At first glance, the two houses would seem about as dissimilar as they could possibly be. One is a wide, square, Federal-style manse with a grand entry and a wraparound porch in a small town surrounded by farm country. The other is a looming four-story Queen Anne row house in a city neighborhood creeping towards revitalization.
The circa-1847 country house is filled with tradition: gilt-framed oil paintings and handed-down china cabinets, wallpaper with scrolls and fleur de lis, leather ottomans, and hand-knotted carpets. The city house is crammed with curiosities: wood-carved Haitian voodoo dolls, 1950s toys, collages made from tin cans and bottle caps, oil paintings by self-taught artists, a pair of stadium seats with bright images of Jackie and John F. Kennedy.
The owners likewise seem polar opposites: In the country house lives an empty-nest couple who attended Milford Mills High School together, then married and raised two children, a pair who've demonstrated a flair for restoration and decorating; in the city house, there's a Chicago transplant who has thrown himself into Baltimore's quirky local art scene.
But on closer observation, similarities emerge. Here are two houses that, when decorated for the holidays, speak volumes about the owners' personalities and their passion for collecting—not to mention the joy they derive from inviting friends and family into their homes.

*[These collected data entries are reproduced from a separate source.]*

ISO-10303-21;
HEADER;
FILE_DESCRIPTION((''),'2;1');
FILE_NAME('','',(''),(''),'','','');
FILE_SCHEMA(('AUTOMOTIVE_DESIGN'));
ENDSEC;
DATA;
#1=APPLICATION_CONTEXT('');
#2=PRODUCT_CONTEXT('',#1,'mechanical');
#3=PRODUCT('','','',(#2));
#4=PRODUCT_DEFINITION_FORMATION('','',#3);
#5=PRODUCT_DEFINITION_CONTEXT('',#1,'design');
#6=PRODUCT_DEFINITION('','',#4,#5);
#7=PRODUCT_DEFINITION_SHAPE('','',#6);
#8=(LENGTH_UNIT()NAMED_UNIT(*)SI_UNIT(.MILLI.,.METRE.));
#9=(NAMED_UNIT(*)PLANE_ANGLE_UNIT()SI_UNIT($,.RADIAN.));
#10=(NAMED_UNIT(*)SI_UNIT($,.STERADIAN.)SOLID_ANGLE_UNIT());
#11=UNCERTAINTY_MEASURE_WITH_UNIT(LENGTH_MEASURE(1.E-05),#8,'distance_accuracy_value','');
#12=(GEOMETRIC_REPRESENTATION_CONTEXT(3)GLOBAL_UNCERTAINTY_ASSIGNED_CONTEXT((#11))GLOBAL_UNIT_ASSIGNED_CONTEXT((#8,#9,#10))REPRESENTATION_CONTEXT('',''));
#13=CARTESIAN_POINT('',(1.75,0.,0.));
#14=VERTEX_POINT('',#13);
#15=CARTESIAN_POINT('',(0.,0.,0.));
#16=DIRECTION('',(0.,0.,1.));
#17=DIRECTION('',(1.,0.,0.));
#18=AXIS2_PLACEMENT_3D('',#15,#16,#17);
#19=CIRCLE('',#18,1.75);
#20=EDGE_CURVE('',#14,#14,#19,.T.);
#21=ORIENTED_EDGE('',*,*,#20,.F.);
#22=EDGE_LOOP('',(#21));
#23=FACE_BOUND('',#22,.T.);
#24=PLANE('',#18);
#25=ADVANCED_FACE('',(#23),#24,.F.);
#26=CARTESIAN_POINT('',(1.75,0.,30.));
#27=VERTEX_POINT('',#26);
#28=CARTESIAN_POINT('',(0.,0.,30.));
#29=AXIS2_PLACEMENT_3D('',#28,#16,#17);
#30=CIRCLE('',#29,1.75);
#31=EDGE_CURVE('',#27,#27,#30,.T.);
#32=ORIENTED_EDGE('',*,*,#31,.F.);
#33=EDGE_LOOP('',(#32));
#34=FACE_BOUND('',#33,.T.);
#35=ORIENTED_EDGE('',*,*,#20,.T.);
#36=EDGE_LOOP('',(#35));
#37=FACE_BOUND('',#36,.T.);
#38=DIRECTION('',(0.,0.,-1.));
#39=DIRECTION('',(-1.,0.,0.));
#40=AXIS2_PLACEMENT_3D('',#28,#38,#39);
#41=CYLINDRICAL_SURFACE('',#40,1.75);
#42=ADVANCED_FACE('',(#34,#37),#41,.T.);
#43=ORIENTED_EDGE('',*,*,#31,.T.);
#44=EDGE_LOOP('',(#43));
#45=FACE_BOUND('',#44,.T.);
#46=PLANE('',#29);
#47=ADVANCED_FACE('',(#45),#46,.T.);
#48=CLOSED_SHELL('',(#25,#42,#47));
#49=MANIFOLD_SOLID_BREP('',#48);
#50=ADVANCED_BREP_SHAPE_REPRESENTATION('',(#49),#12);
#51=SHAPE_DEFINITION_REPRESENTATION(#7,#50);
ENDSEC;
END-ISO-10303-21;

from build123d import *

# Parameters (mm, degrees)
SKETCH1_R           = 1.75
BOSS_EXTRUDE1_DEPTH = 30


with BuildPart() as part:
    # Sketch1 → Boss-Extrude1 (new body)
    with BuildSketch(Plane.XY):
        Circle(SKETCH1_R)
    extrude(amount=BOSS_EXTRUDE1_DEPTH)


solid = part.part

Ron and Debbie Schmidt bought their house in Westminster in 2004, and to say they put a lot into it is an understatement. "We did everything," says Ron, raising his eyes toward the restored molding around the ceiling. "We did the floors, the walls, all the plumbing, heating, lights." Schmidt, who owns R.M. Schmidt, a Westminster-based heating and air conditioning firm, says the house was once used as an infirmary during the Civil War, and later a boardinghouse for visiting professors at nearby McDaniel College.
Debbie works for The Kellogg Collection, and the English country sensibilities of the home furnishings and design company seem to have rubbed off. But rather than reproductions, the Schmidts favor real antiques, and their décor is an aggregate of valuable hand-me-downs from two families combined with the fruit of the couple's antique-hunting. In the living room, with its comfortable nubby green and gold upholstered couches, an antique French mahogany curio cabinet contains a collection of china cups and teapots from Debbie's family. Dominating one wall is a large oil painting of a three-masted sailing ship, which came from a Monkton estate sale. Debbie credits her old friend, Kay Ayres, who owns an interior design company in Ocean City, with much of the decorating.

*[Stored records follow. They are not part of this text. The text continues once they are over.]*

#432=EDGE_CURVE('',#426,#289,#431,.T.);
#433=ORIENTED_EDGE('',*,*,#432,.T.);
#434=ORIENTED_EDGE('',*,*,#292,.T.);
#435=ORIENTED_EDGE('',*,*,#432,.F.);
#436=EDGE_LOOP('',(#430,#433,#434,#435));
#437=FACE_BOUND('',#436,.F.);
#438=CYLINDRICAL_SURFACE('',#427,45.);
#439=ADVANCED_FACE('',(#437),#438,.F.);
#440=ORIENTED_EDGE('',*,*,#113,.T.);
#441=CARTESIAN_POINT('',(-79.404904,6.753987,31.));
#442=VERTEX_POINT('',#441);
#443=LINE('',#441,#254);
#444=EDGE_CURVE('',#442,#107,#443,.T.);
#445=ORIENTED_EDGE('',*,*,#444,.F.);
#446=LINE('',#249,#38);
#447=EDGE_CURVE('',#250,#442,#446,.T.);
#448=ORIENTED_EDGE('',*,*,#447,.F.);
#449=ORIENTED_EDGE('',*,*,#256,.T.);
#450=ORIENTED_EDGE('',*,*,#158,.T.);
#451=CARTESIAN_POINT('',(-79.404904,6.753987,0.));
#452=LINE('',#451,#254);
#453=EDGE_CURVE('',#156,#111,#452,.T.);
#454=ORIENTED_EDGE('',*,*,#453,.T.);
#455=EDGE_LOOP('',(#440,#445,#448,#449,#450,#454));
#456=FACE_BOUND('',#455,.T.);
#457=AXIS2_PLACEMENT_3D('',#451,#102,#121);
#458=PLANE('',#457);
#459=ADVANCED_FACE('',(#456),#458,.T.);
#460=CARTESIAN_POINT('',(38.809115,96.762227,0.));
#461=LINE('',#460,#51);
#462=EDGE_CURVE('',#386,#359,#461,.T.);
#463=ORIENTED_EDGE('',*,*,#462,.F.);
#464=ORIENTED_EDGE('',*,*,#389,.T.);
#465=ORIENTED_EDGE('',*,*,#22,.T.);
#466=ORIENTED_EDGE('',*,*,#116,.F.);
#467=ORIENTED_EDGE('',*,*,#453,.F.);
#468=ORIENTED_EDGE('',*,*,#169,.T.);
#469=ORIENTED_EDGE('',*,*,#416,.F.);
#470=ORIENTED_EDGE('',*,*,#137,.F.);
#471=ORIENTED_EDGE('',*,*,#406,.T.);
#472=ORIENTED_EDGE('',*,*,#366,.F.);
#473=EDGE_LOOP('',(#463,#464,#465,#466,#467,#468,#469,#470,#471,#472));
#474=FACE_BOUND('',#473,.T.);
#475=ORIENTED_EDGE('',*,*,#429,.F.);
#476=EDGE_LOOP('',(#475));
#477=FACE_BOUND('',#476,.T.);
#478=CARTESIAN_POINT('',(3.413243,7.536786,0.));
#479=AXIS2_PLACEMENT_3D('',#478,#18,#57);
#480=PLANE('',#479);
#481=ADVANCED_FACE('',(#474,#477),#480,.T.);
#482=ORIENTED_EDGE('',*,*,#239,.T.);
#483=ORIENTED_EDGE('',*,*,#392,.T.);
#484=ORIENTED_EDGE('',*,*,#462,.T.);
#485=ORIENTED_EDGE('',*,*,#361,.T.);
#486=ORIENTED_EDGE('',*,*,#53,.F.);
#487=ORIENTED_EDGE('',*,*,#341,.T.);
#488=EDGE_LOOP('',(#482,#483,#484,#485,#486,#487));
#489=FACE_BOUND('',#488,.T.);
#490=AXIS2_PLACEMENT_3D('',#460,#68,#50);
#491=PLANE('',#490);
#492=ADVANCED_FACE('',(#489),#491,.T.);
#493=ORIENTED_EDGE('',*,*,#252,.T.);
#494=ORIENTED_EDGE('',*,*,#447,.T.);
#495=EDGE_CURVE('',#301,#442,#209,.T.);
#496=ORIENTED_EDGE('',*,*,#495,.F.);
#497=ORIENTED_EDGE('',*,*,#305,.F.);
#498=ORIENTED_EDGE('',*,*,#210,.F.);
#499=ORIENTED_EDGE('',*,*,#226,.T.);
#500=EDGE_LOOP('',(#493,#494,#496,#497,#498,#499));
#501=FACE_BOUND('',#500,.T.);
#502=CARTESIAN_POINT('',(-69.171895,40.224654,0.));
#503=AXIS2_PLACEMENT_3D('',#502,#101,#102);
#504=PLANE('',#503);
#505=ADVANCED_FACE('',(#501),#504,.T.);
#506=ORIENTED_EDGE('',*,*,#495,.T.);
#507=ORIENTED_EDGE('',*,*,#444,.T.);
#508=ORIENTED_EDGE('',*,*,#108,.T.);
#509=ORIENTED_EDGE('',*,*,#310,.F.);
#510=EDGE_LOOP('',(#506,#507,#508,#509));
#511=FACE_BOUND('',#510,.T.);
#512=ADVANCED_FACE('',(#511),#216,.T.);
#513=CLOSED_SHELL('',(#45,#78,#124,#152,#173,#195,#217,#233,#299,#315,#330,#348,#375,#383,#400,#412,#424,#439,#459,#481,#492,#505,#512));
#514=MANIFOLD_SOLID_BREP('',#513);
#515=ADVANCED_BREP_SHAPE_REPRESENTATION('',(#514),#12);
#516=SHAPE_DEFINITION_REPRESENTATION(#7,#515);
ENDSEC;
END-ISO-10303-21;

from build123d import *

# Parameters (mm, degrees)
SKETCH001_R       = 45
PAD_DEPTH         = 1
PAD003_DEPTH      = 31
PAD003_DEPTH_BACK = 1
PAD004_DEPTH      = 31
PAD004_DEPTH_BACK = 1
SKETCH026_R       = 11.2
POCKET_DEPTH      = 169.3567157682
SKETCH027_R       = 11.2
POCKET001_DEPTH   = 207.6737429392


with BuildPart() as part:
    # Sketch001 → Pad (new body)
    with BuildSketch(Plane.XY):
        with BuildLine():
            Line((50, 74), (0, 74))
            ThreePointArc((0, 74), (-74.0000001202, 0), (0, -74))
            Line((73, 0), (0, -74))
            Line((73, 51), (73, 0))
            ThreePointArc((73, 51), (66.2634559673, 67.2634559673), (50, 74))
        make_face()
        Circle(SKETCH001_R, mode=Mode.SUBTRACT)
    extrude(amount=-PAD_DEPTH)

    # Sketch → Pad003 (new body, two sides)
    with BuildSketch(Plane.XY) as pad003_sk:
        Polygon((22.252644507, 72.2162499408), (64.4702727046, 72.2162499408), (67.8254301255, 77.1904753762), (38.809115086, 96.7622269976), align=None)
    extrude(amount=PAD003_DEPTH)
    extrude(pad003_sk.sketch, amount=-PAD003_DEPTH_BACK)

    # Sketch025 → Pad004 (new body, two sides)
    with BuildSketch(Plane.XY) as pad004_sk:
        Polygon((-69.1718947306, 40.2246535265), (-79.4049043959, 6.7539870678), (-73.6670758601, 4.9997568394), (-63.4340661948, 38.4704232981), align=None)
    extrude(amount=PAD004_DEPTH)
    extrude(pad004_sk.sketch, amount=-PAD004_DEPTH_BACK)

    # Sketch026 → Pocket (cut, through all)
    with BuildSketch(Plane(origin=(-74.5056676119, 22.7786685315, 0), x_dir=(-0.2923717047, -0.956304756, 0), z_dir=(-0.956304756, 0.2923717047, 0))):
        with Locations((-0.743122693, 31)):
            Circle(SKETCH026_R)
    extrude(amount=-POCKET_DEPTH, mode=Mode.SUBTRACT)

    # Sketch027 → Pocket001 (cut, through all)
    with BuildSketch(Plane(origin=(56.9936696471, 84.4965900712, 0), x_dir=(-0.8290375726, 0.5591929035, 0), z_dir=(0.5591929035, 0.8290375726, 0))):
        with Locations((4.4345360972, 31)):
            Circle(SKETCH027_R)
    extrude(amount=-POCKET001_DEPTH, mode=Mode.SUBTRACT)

When they dress up their home for the holidays, the Schmidts follow their established predilections, combining family heirlooms with traditional greens, garlands, and candles, peppered with some personal collections, like Debbie's snow globes, which she began collecting when her children were small. In the dining room, a small artificial tree displays sterling silver baby cups and napkin rings, many monogrammed, from both Debbie's and Ron's families.
For the Schmidts, decorating their home is all about family. The heirloom ornaments, says Debbie, "establish a tradition of talking about Christmases past." The holidays, she adds, "are a good time to stop and reminisce about the past and think ahead to the future."
Ted Frankel moved to Baltimore in 2004 to expand and operate Sideshow, the gift shop at the American Visionary Art Museum (AVAM). The house, which he purchased from Jubilee Baltimore, the not-for-profit charged with helping to rejuvenate Baltimore neighborhoods, had been cut up into nine apartments, with nine kitchens and nine bathrooms. "One of the requirements was bringing it back to a single-family home," says Frankel, who describes it as "a house with good underwear."
Frankel lives in the house alone, but it is far from empty. He and his partner, Bill Gilmore, executive director of Baltimore Office of Promotion & the Arts, attend gallery openings, MICA student shows, yard sales, and flea markets, picking up unusual and sometimes prosaic objects that all seem at home in these fun-filled rooms. The two travel the world—to India, Haiti, and Mexico City—in search of treasures. Recent acquisitions: 10-foot painted canvases from India's Bollywood promoting American movies, including Sneakers with Robert Redford; a stack of original paintings used as cover art for detective novels from a street vendor in Mexico; the innards of a piano that Frankel found in the alley: "I thought it was beautiful. It will make a great sculpture. It is a sculpture."
The house is so filled with decorative and playful objects that it's hard to tell where the holiday decorating begins. Thirty-foot strings of bows made from Nepalese candy wrappers cascade through the stairwell. But they're part of Frankel's everyday décor.
A few years back, Frankel's house was part of the Friends of Mt. Vernon Holly Tour, and he noticed that after walking through the rooms, upstairs and down, participants would plop down on the couches in the living room to talk about what they'd seen. "That, to me, is the definition of a welcoming home," he says. "Where people can walk through a stranger's house and then feel comfortable sitting around talking about it."
For the past few years, Frankel has decorated in time for a holiday party, which has grown to an open house with about 200 in attendance. Last year, he and Gilmore discouraged gifts, instead asking guests to bring art supplies—new or gently used. After the party, he delivered a van load to the organization Art with a Heart. This year, the couple is asking for children's books to donate to Baltimore Reads. The plan will likely be a relief to many of Frankel's guests: It would be quite a challenge to find a gift quirky enough to stand out in this place.